De l’insouciance à l’État de guerre. Récit de quatre étudiants exilés et confinés

Comme de nombreux étudiants partis en échange cet hiver, Michèle, Arnaud, Madeleine et Jacques ont dû revenir au pays à cause de la COVID-19. Les risques de contamination pour la population et le fait que l’un d’entre eux présente des symptômes du virus les obligent à demeurer en quarantaine quelques semaines dans un chalet. Exil et retour de quatre étudiants qui sont passés de la folie des aéroports au calme du fleuve et de l’amitié. 
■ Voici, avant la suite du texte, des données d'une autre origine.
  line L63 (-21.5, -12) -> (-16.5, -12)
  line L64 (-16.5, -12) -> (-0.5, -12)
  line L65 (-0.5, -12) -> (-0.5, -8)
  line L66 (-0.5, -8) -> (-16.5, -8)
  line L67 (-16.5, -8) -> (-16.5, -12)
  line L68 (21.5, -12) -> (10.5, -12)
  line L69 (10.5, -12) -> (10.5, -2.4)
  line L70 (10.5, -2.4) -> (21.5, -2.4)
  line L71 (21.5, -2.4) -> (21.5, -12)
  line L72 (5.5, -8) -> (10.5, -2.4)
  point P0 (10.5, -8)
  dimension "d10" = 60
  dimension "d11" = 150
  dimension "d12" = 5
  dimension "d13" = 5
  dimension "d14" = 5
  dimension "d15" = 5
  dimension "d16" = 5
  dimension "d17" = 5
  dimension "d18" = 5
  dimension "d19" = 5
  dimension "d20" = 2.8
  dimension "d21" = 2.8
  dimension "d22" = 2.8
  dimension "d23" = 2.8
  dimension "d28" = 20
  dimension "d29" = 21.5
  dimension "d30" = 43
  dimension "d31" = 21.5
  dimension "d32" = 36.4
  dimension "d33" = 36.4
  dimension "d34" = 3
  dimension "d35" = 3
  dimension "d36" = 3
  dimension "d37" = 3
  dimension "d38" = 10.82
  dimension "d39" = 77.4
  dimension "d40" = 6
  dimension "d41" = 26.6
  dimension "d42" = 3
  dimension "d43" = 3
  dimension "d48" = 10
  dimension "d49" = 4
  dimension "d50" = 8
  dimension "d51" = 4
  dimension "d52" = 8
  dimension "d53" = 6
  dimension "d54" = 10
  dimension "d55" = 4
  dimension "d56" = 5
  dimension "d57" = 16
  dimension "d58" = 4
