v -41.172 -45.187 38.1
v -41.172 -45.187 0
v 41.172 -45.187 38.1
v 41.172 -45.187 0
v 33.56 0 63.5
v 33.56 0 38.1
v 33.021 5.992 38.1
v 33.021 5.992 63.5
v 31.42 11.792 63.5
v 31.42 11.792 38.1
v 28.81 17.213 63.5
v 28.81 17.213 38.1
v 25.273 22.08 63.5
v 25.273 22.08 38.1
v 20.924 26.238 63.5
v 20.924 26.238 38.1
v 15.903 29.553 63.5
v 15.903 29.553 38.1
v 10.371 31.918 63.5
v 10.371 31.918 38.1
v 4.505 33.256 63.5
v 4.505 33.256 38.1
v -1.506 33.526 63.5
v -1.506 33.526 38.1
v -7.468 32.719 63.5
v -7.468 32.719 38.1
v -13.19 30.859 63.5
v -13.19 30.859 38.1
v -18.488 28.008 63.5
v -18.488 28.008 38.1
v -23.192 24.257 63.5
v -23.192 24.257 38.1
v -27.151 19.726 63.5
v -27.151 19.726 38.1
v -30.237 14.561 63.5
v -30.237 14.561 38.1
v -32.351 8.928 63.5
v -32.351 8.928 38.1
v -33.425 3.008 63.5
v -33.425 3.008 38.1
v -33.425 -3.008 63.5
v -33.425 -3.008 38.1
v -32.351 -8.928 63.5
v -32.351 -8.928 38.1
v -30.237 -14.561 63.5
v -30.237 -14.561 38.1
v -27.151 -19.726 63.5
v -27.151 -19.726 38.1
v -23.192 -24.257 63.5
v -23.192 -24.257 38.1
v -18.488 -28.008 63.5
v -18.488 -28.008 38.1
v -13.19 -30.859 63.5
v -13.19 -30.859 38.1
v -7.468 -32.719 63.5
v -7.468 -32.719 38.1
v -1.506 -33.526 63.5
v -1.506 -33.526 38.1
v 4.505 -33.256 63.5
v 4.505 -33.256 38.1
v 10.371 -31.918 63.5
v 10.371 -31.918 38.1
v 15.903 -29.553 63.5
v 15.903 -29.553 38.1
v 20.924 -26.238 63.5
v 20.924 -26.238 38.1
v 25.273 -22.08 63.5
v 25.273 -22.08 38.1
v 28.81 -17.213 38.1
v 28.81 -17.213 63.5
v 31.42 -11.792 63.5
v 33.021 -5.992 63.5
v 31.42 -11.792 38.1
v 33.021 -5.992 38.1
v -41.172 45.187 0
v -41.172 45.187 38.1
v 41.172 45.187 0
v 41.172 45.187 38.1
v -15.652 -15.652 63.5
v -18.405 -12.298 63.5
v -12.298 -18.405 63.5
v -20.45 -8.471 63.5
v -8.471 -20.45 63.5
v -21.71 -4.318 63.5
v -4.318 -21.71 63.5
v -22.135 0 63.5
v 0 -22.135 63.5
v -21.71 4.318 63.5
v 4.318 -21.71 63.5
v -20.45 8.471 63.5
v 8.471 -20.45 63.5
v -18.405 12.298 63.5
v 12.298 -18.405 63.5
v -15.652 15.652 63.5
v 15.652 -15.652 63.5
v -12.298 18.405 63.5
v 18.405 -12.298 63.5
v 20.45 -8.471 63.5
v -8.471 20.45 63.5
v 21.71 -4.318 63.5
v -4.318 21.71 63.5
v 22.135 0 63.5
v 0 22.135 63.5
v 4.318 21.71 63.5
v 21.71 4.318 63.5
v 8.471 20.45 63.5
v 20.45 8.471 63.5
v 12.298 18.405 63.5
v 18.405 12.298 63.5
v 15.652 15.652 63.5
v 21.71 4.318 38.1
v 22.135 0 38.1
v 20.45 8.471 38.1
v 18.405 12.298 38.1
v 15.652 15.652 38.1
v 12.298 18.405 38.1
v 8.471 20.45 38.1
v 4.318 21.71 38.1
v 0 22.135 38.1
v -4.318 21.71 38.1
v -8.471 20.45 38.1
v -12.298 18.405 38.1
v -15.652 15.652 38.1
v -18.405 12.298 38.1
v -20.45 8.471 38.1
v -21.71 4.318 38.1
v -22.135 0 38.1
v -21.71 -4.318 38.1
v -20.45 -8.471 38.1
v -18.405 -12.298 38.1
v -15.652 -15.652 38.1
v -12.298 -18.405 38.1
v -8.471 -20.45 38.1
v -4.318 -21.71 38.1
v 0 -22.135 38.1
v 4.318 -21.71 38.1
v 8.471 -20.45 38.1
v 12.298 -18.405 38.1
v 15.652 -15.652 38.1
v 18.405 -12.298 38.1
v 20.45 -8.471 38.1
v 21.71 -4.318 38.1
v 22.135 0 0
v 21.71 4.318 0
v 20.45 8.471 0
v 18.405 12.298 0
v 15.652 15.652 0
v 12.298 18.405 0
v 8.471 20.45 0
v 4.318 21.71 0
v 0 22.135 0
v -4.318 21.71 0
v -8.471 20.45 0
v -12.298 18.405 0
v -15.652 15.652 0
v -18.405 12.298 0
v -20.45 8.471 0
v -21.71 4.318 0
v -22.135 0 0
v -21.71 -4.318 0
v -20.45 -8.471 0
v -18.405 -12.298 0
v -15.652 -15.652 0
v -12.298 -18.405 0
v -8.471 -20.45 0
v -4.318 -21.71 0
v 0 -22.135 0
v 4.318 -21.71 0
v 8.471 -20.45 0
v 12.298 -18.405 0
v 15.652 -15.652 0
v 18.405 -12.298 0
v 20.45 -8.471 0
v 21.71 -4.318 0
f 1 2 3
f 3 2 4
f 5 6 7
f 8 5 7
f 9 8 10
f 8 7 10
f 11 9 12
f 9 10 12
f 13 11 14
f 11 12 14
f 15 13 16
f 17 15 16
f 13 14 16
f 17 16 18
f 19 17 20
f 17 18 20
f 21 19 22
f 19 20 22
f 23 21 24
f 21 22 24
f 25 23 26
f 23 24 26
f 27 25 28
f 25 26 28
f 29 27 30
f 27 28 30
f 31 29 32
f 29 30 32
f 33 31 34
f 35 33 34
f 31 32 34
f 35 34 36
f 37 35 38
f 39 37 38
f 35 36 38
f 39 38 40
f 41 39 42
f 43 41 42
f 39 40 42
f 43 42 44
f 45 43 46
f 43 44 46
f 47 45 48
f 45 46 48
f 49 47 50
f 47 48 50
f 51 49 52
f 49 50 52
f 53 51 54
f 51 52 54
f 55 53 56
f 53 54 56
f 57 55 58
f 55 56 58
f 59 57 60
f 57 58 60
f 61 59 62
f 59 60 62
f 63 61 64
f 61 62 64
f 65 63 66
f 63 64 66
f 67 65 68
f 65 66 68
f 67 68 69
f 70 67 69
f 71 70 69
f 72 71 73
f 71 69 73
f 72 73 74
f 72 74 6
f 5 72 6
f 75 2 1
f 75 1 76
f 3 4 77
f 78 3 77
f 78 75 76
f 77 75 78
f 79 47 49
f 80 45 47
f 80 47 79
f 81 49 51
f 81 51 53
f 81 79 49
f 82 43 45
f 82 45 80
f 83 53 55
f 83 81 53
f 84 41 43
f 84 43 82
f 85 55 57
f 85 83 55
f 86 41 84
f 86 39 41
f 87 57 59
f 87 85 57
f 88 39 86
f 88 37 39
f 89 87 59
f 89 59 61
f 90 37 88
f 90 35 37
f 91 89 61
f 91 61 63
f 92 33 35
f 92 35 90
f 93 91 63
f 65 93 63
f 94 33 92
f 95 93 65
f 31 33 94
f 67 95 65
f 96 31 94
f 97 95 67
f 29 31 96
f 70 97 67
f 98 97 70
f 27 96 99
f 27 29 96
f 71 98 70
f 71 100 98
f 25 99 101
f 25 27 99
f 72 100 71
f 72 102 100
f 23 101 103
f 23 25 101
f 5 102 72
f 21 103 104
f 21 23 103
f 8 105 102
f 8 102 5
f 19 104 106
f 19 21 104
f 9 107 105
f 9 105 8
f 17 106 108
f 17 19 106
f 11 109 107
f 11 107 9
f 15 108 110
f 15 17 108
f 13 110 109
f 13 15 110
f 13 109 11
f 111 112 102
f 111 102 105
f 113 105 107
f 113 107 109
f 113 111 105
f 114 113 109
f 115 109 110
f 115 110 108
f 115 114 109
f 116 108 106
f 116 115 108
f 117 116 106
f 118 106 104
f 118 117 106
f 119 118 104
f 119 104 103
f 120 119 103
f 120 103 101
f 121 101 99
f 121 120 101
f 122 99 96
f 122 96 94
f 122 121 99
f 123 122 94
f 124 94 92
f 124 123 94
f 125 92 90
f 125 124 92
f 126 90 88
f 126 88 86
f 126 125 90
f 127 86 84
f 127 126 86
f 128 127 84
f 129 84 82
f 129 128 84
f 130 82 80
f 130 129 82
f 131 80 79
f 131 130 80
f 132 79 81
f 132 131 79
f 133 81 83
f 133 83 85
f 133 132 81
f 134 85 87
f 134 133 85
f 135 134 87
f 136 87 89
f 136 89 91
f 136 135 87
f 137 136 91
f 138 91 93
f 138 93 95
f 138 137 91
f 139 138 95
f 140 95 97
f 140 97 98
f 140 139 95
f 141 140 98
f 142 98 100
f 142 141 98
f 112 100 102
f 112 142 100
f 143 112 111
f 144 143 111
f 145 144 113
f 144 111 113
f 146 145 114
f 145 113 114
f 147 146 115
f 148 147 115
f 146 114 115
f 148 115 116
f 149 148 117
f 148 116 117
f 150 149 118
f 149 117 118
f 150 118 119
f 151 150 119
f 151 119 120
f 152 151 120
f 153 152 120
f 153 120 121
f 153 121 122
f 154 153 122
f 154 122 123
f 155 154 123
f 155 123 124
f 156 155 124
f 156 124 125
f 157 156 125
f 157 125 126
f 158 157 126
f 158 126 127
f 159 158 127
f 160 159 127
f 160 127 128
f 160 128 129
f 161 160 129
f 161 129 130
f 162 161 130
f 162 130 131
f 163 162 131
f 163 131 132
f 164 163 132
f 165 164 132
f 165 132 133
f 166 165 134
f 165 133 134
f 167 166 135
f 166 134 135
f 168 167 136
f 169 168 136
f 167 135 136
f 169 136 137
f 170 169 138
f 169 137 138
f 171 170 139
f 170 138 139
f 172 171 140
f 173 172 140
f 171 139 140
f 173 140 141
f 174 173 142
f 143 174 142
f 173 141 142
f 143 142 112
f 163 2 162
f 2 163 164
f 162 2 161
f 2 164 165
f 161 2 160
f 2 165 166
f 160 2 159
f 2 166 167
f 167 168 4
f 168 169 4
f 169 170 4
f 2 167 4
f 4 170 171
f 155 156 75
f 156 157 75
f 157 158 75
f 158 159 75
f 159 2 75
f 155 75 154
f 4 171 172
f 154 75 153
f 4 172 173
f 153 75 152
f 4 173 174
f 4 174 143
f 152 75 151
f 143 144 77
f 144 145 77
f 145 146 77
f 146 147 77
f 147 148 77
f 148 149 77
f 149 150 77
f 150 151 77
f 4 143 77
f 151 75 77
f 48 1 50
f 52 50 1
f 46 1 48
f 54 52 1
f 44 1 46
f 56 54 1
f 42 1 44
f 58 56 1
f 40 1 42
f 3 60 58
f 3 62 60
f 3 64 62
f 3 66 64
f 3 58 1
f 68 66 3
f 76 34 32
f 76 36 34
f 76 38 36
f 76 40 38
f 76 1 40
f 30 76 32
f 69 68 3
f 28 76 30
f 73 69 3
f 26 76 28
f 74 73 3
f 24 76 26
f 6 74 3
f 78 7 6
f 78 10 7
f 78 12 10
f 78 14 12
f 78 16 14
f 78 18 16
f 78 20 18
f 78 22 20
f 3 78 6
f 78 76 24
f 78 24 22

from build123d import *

# Parameters (mm, degrees)
F0_W      = 82.344018
F0_H      = 90.373024
F1_DEPTH  = 38.1
F2_R      = 33.560103
F2_R_2    = 22.134941
F3_DEPTH  = 25.4
F3_FACE_R = 22.134941
F4_DEPTH  = 127


with BuildPart() as f1:
    # F0 (on Top) → F1 (new body)
    with BuildSketch(Plane.XY):
        Rectangle(F0_W, F0_H)
    extrude(amount=F1_DEPTH)

    # F2 (on face) → F3 (join)
    with BuildSketch(Plane.XY.offset(38.1)):
        Circle(F2_R)
        Circle(F2_R_2, mode=Mode.SUBTRACT)
    extrude(amount=F3_DEPTH)

    # F3_face (on face) → F4 (cut)
    with BuildSketch(Plane.XY.offset(38.1)):
        Circle(F3_FACE_R)
    extrude(amount=-F4_DEPTH, mode=Mode.SUBTRACT)


solid = f1.part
En partant au mois de janvier pour Strasbourg, jamais les quatre étudiants n’auraient pensé revenir si tôt. La session se terminant à la fin avril, ils avaient prévu de voyager un peu en France et en Allemagne jusqu’à la fin du printemps.

Tous leurs projets sont tombés à l’eau lorsque l’Université Laval leur a demandé de revenir au Québec, eux et tous les autres étudiants. 
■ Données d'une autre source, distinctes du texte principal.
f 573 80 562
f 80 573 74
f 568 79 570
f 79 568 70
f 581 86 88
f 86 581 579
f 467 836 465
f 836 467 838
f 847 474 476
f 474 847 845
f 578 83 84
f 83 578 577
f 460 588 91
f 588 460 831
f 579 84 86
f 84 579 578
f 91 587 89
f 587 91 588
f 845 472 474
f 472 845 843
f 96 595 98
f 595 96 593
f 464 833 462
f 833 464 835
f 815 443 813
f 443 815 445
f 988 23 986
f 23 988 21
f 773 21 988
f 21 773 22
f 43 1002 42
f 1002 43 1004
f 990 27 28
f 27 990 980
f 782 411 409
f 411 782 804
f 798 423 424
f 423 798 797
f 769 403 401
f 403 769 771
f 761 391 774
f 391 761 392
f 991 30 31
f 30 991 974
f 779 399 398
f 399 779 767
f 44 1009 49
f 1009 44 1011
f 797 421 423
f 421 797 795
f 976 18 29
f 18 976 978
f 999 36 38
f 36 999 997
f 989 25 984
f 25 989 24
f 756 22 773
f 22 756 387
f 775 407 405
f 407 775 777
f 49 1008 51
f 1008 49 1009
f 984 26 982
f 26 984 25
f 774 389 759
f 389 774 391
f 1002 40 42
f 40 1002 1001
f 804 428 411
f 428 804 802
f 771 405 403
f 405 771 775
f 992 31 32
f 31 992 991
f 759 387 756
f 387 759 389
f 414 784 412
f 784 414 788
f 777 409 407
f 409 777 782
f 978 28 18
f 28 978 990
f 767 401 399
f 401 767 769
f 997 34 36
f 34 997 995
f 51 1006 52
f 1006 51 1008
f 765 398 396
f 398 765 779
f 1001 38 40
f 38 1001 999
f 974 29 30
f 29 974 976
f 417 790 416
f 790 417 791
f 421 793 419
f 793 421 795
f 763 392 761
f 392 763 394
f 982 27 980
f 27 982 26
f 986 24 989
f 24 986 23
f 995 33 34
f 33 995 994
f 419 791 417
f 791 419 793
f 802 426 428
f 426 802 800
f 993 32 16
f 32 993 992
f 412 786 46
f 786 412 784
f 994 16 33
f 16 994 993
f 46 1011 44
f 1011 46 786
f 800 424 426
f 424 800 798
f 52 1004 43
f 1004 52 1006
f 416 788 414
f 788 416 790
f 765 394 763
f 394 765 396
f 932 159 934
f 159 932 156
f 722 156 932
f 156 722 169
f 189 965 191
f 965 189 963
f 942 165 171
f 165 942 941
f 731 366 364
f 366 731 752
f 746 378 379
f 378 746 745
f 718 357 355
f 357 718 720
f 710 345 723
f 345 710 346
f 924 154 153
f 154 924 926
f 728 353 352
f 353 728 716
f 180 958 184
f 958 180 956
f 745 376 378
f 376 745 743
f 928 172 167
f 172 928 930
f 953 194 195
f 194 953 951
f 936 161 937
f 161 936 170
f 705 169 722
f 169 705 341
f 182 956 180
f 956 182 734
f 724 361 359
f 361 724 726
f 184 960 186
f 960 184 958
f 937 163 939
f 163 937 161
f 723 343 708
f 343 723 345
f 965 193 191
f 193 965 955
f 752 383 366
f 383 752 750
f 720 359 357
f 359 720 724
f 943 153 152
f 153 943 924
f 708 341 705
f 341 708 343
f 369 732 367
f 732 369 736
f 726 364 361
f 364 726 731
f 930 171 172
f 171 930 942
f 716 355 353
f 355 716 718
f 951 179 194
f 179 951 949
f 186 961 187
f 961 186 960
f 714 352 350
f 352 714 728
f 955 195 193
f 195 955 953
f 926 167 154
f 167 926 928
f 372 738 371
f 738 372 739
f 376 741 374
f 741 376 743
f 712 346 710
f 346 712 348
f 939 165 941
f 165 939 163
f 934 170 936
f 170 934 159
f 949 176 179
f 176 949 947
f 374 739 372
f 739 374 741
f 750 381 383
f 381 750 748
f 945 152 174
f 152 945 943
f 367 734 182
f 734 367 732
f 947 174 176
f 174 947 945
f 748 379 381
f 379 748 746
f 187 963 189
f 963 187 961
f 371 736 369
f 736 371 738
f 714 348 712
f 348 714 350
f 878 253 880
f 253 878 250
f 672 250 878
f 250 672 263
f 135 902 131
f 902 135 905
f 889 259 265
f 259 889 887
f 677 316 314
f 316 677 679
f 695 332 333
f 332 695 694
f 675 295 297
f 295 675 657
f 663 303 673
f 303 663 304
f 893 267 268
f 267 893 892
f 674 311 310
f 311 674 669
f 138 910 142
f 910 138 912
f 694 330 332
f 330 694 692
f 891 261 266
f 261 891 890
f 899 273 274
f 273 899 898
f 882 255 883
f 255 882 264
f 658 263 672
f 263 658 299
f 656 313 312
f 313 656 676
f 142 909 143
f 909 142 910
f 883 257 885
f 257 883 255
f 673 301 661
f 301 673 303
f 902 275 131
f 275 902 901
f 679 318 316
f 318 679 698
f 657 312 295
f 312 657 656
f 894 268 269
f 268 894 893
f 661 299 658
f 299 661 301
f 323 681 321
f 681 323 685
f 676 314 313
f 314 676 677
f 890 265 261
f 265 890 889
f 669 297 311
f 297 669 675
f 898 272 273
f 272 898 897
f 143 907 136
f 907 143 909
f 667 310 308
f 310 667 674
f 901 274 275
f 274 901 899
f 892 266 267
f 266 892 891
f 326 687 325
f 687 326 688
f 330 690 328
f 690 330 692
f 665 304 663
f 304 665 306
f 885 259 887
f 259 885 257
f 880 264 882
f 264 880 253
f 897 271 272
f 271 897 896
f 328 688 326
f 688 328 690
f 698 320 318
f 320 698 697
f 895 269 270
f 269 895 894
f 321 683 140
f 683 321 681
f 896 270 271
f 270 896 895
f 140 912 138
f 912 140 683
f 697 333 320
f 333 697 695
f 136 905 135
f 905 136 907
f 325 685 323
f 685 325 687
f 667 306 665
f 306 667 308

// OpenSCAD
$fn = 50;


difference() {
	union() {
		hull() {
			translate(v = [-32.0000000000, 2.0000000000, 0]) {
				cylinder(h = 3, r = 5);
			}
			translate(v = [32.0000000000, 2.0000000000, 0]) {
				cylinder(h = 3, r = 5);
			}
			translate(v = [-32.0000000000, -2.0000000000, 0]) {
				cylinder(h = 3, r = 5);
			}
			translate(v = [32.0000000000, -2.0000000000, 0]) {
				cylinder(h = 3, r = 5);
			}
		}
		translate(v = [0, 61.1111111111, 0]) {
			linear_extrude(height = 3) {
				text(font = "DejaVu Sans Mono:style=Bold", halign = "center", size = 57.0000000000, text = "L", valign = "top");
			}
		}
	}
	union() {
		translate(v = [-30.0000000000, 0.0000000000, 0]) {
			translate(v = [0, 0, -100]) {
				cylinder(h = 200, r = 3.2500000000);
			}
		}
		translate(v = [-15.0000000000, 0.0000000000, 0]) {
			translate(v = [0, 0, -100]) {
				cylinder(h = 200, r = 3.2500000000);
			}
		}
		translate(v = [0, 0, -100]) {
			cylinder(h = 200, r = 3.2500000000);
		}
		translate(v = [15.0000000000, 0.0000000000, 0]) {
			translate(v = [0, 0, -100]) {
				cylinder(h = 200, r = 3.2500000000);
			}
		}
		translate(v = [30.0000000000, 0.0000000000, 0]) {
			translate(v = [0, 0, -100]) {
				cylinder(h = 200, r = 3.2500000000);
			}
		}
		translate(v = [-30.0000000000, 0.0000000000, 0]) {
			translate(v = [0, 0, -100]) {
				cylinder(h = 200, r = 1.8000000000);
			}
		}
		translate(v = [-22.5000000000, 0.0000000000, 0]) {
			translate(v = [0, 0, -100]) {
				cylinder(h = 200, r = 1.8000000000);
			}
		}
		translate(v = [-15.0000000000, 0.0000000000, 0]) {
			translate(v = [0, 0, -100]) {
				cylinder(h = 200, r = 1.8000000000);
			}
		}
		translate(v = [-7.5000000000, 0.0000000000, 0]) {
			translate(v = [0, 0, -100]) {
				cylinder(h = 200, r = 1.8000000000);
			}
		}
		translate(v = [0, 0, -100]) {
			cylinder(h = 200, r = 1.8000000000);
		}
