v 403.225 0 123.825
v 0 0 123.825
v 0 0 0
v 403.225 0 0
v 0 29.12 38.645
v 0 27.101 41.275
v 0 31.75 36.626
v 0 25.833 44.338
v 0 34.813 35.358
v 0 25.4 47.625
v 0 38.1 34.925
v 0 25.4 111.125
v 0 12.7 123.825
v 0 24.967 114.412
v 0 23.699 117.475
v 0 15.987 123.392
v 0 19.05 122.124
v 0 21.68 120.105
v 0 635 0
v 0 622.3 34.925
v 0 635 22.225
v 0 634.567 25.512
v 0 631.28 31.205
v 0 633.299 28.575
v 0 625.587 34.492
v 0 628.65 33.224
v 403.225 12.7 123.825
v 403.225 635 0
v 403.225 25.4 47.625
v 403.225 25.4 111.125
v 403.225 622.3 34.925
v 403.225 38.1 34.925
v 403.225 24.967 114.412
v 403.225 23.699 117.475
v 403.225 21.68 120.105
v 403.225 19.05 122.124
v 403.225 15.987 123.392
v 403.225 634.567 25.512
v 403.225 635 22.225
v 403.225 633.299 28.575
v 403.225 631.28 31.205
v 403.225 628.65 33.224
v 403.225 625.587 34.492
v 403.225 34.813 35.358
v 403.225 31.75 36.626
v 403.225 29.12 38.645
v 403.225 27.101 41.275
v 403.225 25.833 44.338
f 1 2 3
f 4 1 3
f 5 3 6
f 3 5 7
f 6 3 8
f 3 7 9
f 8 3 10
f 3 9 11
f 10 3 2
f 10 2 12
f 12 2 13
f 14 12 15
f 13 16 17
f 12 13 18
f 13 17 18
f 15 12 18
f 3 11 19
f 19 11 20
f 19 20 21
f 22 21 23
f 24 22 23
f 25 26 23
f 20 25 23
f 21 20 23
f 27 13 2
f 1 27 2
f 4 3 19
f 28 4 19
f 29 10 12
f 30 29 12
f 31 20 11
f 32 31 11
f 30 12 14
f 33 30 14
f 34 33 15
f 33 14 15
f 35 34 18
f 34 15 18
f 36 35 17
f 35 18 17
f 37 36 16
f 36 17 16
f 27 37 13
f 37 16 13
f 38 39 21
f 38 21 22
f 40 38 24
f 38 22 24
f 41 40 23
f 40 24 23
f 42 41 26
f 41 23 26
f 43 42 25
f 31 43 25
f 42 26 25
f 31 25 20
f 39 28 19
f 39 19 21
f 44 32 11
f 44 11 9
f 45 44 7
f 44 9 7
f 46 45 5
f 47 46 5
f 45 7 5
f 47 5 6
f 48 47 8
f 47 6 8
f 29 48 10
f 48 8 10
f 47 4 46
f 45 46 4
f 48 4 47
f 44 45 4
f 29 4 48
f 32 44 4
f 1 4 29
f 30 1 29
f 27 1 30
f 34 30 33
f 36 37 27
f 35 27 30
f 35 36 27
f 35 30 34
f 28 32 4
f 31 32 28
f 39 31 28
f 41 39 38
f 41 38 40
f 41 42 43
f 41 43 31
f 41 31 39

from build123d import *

# Parameters (mm, degrees)
F1_DEPTH = 403.225


with BuildPart() as f1:
    # F0 (on Right) → F1 (new body)
    with BuildSketch(Plane.YZ):
        with BuildLine():
            Line((0, 123.825), (0, 0))
            Line((0, 0), (635, 0))
            Line((635, 0), (635, 22.225))
            ThreePointArc((635, 22.225), (631.280256, 31.205256), (622.3, 34.925))
            Line((622.3, 34.925), (38.1, 34.925))
            ThreePointArc((38.1, 34.925), (29.119744, 38.644744), (25.4, 47.625))
            Line((25.4, 47.625), (25.4, 111.125))
            ThreePointArc((25.4, 111.125), (21.680256, 120.105256), (12.7, 123.825))
            Line((12.7, 123.825), (0, 123.825))
        make_face()
    extrude(amount=F1_DEPTH)


solid = f1.part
« En 72 heures, on est passé de l’insouciance à “l’État de guerre” »

Les quatre Québécois, étudiants en littérature, en droit et en philosophie, vivaient à Strasbourg dans un petit appartement avec deux autres amis, Camille et Christophe. Malgré les nombreux cas en Italie et en France, ils ne se faisaient pas de souci. « On s’en moquait presque. On a assumé qu’on pourrait l’avoir et que ce ne serait pas trop pire parce qu’on est jeunes et en santé », explique Arnaud. Et, même si Michèle avait quelques symptômes du virus, c’était bénin. 

Malgré les nombreux cas en Italie et en France, ils ne se faisaient pas de souci. « On s’en moquait presque. »

Partout, la vie continuait comme si de rien n’était. « Les gens s’en foutaient un peu », dit Jacques. 

Mais, le jeudi 12 mars, on a fait les grandes annonces. Les universités en France fermaient. Le lendemain, l’Université Laval leur envoyait un message les incitant à revenir. 

En trois jours, l’ambiance a complètement changé. Le jeudi et le vendredi, les étudiants jouaient au frisbee et sortaient. « J’étais dans un bar avec des amis lorsque j’ai lu la nouvelle du rapatriement », se souvient Jacques. Personne n’obéissait vraiment aux mesures gouvernementales. Par contre, dès le samedi, les gens se sont mis à porter des gants et des masques. 

La bonne décision

Les six Québécois ont compris que c’était plus sérieux qu’ils ne le croyaient au départ. Ils ont décidé de réagir rapidement. Ils ont acheté leurs billets d’avion au début de la fin de semaine ; leur vol était le mardi 17 mars. Certains se demandaient si ça valait la peine de faire tout ça si vite, de s’en faire autant. 

La suite des choses a toutefois justifié leur action : en quelques jours, la panique s’est installée, les prix ont grimpé. « Notre amie Florence, à Prague, a magasiné des billets deux jours après nous ; ils coutaient entre 2000 $ et 3000 $ », dit Jacques. 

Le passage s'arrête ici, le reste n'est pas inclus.